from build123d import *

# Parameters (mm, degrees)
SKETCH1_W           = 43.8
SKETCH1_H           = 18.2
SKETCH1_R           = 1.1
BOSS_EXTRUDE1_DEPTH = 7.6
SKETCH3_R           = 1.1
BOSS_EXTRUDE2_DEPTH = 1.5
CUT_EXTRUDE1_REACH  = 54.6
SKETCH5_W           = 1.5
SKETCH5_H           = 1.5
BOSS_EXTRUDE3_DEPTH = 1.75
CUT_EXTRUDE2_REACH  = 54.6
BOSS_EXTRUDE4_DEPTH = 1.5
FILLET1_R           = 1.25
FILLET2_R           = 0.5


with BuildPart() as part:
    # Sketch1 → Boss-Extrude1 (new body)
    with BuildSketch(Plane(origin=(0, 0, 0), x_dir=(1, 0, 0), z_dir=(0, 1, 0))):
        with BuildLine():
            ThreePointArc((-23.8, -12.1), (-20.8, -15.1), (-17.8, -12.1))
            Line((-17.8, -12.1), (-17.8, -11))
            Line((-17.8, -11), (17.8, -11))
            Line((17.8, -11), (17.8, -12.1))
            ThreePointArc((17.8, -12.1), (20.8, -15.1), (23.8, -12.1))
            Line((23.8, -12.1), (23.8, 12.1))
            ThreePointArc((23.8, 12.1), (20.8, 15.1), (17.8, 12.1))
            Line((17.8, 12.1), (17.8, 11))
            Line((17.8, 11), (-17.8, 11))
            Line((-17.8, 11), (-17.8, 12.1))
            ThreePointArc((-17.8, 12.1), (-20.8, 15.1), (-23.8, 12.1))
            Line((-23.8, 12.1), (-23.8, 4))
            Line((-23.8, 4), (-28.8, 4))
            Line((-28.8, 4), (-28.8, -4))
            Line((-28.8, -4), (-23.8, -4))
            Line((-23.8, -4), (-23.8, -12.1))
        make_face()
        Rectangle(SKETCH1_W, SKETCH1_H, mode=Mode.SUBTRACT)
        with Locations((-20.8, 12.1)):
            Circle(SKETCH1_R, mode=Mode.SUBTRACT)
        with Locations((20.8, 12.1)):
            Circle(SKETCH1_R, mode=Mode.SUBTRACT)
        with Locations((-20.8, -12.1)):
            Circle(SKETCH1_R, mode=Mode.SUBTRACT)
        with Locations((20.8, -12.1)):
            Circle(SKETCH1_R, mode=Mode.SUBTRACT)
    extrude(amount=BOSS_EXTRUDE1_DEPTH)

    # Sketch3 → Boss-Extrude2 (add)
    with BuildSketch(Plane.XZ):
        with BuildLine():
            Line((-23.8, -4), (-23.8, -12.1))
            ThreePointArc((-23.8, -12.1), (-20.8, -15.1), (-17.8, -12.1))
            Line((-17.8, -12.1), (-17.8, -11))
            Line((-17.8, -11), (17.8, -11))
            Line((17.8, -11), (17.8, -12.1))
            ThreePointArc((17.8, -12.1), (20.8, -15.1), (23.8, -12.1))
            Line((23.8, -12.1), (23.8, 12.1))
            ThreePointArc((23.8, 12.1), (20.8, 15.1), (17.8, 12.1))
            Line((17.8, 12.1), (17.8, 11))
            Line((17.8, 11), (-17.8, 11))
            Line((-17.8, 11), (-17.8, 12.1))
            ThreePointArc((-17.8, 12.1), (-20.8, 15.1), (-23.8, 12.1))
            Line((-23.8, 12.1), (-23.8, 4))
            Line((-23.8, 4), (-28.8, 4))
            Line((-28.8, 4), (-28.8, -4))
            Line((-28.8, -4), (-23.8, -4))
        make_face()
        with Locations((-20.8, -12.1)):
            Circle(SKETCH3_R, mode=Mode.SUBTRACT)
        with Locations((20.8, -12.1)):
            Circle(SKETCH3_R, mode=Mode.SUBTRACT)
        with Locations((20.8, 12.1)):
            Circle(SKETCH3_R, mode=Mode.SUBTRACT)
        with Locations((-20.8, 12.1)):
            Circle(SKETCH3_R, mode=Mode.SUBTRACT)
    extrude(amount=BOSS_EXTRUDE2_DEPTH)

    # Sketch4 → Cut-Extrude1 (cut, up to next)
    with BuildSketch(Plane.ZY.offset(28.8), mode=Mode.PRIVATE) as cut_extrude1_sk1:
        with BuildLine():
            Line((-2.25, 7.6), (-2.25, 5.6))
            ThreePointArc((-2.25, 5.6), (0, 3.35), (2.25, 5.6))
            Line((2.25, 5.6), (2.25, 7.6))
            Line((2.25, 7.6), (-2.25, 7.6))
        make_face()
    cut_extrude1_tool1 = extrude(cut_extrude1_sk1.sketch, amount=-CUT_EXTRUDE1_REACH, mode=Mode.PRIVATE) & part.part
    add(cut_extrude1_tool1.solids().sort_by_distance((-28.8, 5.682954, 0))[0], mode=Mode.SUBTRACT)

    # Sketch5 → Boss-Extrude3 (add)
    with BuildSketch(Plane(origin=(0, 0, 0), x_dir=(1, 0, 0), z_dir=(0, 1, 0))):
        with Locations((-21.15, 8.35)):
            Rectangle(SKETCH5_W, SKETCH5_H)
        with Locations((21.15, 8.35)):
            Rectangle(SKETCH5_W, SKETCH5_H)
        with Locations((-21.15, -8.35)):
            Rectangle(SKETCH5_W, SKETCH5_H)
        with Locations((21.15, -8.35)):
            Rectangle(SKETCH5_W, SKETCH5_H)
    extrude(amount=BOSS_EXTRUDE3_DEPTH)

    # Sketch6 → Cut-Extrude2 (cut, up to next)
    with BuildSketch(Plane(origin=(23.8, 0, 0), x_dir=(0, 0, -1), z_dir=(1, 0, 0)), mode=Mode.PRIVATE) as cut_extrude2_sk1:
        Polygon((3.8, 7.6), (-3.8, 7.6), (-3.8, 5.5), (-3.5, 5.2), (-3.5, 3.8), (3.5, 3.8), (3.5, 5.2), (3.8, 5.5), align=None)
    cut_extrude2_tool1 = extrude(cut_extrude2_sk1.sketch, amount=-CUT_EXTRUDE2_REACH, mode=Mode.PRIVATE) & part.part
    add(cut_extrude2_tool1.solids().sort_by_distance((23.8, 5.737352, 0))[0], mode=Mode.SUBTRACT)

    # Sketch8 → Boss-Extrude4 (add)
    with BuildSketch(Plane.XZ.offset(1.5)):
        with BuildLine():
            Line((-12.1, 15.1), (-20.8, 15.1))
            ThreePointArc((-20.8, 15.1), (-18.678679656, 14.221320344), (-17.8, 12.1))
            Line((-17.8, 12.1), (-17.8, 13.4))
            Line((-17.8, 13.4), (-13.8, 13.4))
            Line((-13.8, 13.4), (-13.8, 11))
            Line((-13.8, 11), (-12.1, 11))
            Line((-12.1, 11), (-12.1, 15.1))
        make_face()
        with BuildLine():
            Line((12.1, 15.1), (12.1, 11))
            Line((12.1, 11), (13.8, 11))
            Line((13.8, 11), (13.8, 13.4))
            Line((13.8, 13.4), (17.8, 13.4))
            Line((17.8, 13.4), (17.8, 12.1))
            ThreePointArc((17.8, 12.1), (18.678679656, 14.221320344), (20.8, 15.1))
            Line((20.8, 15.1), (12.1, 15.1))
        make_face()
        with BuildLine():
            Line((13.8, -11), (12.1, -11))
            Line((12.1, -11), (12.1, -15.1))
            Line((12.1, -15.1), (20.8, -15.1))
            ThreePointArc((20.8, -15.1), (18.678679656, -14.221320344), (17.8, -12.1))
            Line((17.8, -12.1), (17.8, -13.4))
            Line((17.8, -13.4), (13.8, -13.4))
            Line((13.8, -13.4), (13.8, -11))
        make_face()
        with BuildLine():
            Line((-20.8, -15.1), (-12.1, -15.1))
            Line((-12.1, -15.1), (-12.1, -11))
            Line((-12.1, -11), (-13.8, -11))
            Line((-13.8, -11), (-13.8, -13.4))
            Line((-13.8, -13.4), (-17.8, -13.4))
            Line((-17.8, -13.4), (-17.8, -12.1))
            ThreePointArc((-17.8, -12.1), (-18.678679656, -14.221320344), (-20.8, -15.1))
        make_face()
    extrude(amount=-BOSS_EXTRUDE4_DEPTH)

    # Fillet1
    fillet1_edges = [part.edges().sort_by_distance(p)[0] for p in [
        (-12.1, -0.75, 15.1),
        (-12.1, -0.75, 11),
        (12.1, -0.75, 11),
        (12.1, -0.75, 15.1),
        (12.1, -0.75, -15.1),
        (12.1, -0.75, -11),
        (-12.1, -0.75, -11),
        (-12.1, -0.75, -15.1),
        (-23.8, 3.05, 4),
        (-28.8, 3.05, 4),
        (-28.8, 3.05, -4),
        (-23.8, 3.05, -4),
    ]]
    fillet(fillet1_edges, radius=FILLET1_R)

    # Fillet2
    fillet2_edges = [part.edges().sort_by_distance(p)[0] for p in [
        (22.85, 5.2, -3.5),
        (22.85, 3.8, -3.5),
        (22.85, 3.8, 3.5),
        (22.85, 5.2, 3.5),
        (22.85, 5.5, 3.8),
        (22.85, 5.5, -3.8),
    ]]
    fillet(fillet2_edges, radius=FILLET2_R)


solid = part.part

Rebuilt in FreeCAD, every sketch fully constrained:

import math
import FreeCAD as App
import Part
import Sketcher
from FreeCAD import Vector


def edges_at(feature, points):
    """Names of the edges that pass closest to the given points."""
    edges = feature.Shape.Edges
    near = lambda p: min(range(len(edges)), key=lambda i: edges[i].distToShape(Part.Vertex(*p))[0])
    return sorted({f"Edge{near(p) + 1}" for p in points})


def add_polygon(sketch, points):
    """Adds a closed chain of lines whose ends are joined by coincident constraints."""
    first, n = sketch.GeometryCount, len(points)
    for a, b in zip(points, points[1:] + points[:1]):
        sketch.addGeometry(Part.LineSegment(App.Vector(*a, 0), App.Vector(*b, 0)), False)
    for i in range(n):
        sketch.addConstraint(Sketcher.Constraint("Coincident", first + i, 2, first + (i + 1) % n, 1))

doc = App.newDocument("Part")
body = doc.addObject("PartDesign::Body", "Body")

# Sketch on XZ plane
sketch1 = doc.addObject("Sketcher::SketchObject", "Sketch")
body.addObject(sketch1)
sketch1.AttachmentSupport = (doc.XZ_Plane, [""])
sketch1.MapMode = "FlatFace"
sketch1.addGeometry(Part.ArcOfCircle(Part.Circle(Vector(-20.8, 12.1, 0), Vector(0, 0, 1), 3), math.radians(0), math.radians(180)), False)  # 0
sketch1.addGeometry(Part.LineSegment(Vector(-17.8, 12.1, 0), Vector(-17.8, 11, 0)), False)  # 1
sketch1.addGeometry(Part.LineSegment(Vector(-17.8, 11, 0), Vector(17.8, 11, 0)), False)  # 2
sketch1.addGeometry(Part.LineSegment(Vector(17.8, 11, 0), Vector(17.8, 12.1, 0)), False)  # 3
sketch1.addGeometry(Part.ArcOfCircle(Part.Circle(Vector(20.8, 12.1, 0), Vector(0, 0, 1), 3), math.radians(0), math.radians(180)), False)  # 4
sketch1.addGeometry(Part.LineSegment(Vector(23.8, 12.1, 0), Vector(23.8, -12.1, 0)), False)  # 5
sketch1.addGeometry(Part.ArcOfCircle(Part.Circle(Vector(20.8, -12.1, 0), Vector(0, 0, 1), 3), math.radians(180), math.radians(360)), False)  # 6
sketch1.addGeometry(Part.LineSegment(Vector(17.8, -12.1, 0), Vector(17.8, -11, 0)), False)  # 7
sketch1.addGeometry(Part.LineSegment(Vector(17.8, -11, 0), Vector(-17.8, -11, 0)), False)  # 8
sketch1.addGeometry(Part.LineSegment(Vector(-17.8, -11, 0), Vector(-17.8, -12.1, 0)), False)  # 9
sketch1.addGeometry(Part.ArcOfCircle(Part.Circle(Vector(-20.8, -12.1, 0), Vector(0, 0, 1), 3), math.radians(180), math.radians(360)), False)  # 10
sketch1.addGeometry(Part.LineSegment(Vector(-23.8, -12.1, 0), Vector(-23.8, -4, 0)), False)  # 11
sketch1.addGeometry(Part.LineSegment(Vector(-23.8, -4, 0), Vector(-28.8, -4, 0)), False)  # 12
sketch1.addGeometry(Part.LineSegment(Vector(-28.8, -4, 0), Vector(-28.8, 4, 0)), False)  # 13
sketch1.addGeometry(Part.LineSegment(Vector(-28.8, 4, 0), Vector(-23.8, 4, 0)), False)  # 14
sketch1.addGeometry(Part.LineSegment(Vector(-23.8, 4, 0), Vector(-23.8, 12.1, 0)), False)  # 15
sketch1.addGeometry(Part.Circle(Vector(-20.8, 12.1, 0), Vector(0, 0, 1), 1.1), False)  # 16
sketch1.addGeometry(Part.Circle(Vector(20.8, 12.1, 0), Vector(0, 0, 1), 1.1), False)  # 17
add_polygon(sketch1, [(21.9, 9.1), (-21.9, 9.1), (-21.9, -9.1), (21.9, -9.1)])  # lines 18-21
sketch1.addGeometry(Part.Circle(Vector(-20.8, -12.1, 0), Vector(0, 0, 1), 1.1), False)  # 22
sketch1.addGeometry(Part.Circle(Vector(20.8, -12.1, 0), Vector(0, 0, 1), 1.1), False)  # 23
sketch1.addConstraint([
    Sketcher.Constraint("Tangent", 0, 1, 1, 1),
    Sketcher.Constraint("Coincident", 1, 2, 2, 1),
    Sketcher.Constraint("Coincident", 2, 2, 3, 1),
    Sketcher.Constraint("Tangent", 3, 2, 4, 2),
    Sketcher.Constraint("Tangent", 4, 1, 5, 1),
    Sketcher.Constraint("Tangent", 5, 2, 6, 2),
    Sketcher.Constraint("Tangent", 6, 1, 7, 1),
    Sketcher.Constraint("Coincident", 7, 2, 8, 1),
    Sketcher.Constraint("Coincident", 8, 2, 9, 1),
    Sketcher.Constraint("Tangent", 9, 2, 10, 2),
    Sketcher.Constraint("Tangent", 10, 1, 11, 1),
    Sketcher.Constraint("Coincident", 11, 2, 12, 1),
    Sketcher.Constraint("Coincident", 12, 2, 13, 1),
    Sketcher.Constraint("Coincident", 13, 2, 14, 1),
    Sketcher.Constraint("Coincident", 14, 2, 15, 1),
    Sketcher.Constraint("Tangent", 15, 2, 0, 2),
    Sketcher.Constraint("Vertical", 1),
    Sketcher.Constraint("Horizontal", 2),
    Sketcher.Constraint("Vertical", 3),
    Sketcher.Constraint("Vertical", 5),
    Sketcher.Constraint("Vertical", 7),
    Sketcher.Constraint("Horizontal", 8),
    Sketcher.Constraint("Vertical", 9),
    Sketcher.Constraint("Vertical", 11),
    Sketcher.Constraint("Horizontal", 12),
    Sketcher.Constraint("Vertical", 13),
    Sketcher.Constraint("Horizontal", 14),
    Sketcher.Constraint("Vertical", 15),
    Sketcher.Constraint("Horizontal", 18),
    Sketcher.Constraint("Vertical", 19),
    Sketcher.Constraint("Horizontal", 20),
    Sketcher.Constraint("Vertical", 21),
    Sketcher.Constraint("Coincident", 16, 3, 0, 3),
    Sketcher.Constraint("Coincident", 17, 3, 4, 3),
    Sketcher.Constraint("Coincident", 22, 3, 10, 3),
    Sketcher.Constraint("Coincident", 23, 3, 6, 3),
    Sketcher.Constraint("Equal", 0, 4),
    Sketcher.Constraint("Equal", 4, 6),
    Sketcher.Constraint("Equal", 6, 10),
    Sketcher.Constraint("Equal", 16, 17),
    Sketcher.Constraint("Equal", 17, 22),
    Sketcher.Constraint("Equal", 22, 23),
    Sketcher.Constraint("Symmetric", 0, 3, 6, 3, -1, 1),
    Sketcher.Constraint("Symmetric", 4, 3, 10, 3, -1, 1),
    Sketcher.Constraint("Symmetric", 18, 2, 20, 2, -1, 1),
    Sketcher.Constraint("Horizontal", 0, 3, 4, 3),
    Sketcher.Constraint("Equal", 3, 7),
    Sketcher.Constraint("Equal", 11, 15),
    Sketcher.Constraint("Radius", 0, 3.0),
    Sketcher.Constraint("Diameter", 16, 2.2),
    Sketcher.Constraint("DistanceX", 12, 2, 12, 1, 5.0),
    Sketcher.Constraint("DistanceY", 13, 1, 13, 2, 8.0),
    Sketcher.Constraint("DistanceX", 2, 1, 2, 2, 35.6),
    Sketcher.Constraint("DistanceX", 18, 2, 18, 1, 43.8),
    Sketcher.Constraint("DistanceY", 1, 2, 1, 1, 1.1),
    Sketcher.Constraint("DistanceY", 5, 2, 5, 1, 24.2),
    Sketcher.Constraint("DistanceY", 19, 2, 19, 1, 18.2),
])
pad1 = doc.addObject("PartDesign::Pad", "Pad")
body.addObject(pad1)
pad1.Profile = sketch1
pad1.Length = 7.6
pad1.Reversed = True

> **Problem to work on**
In the listing, find every line with the word "next" and return it.

> **Task result**
    # Sketch4 → Cut-Extrude1 (cut, up to next)
    # Sketch6 → Cut-Extrude2 (cut, up to next)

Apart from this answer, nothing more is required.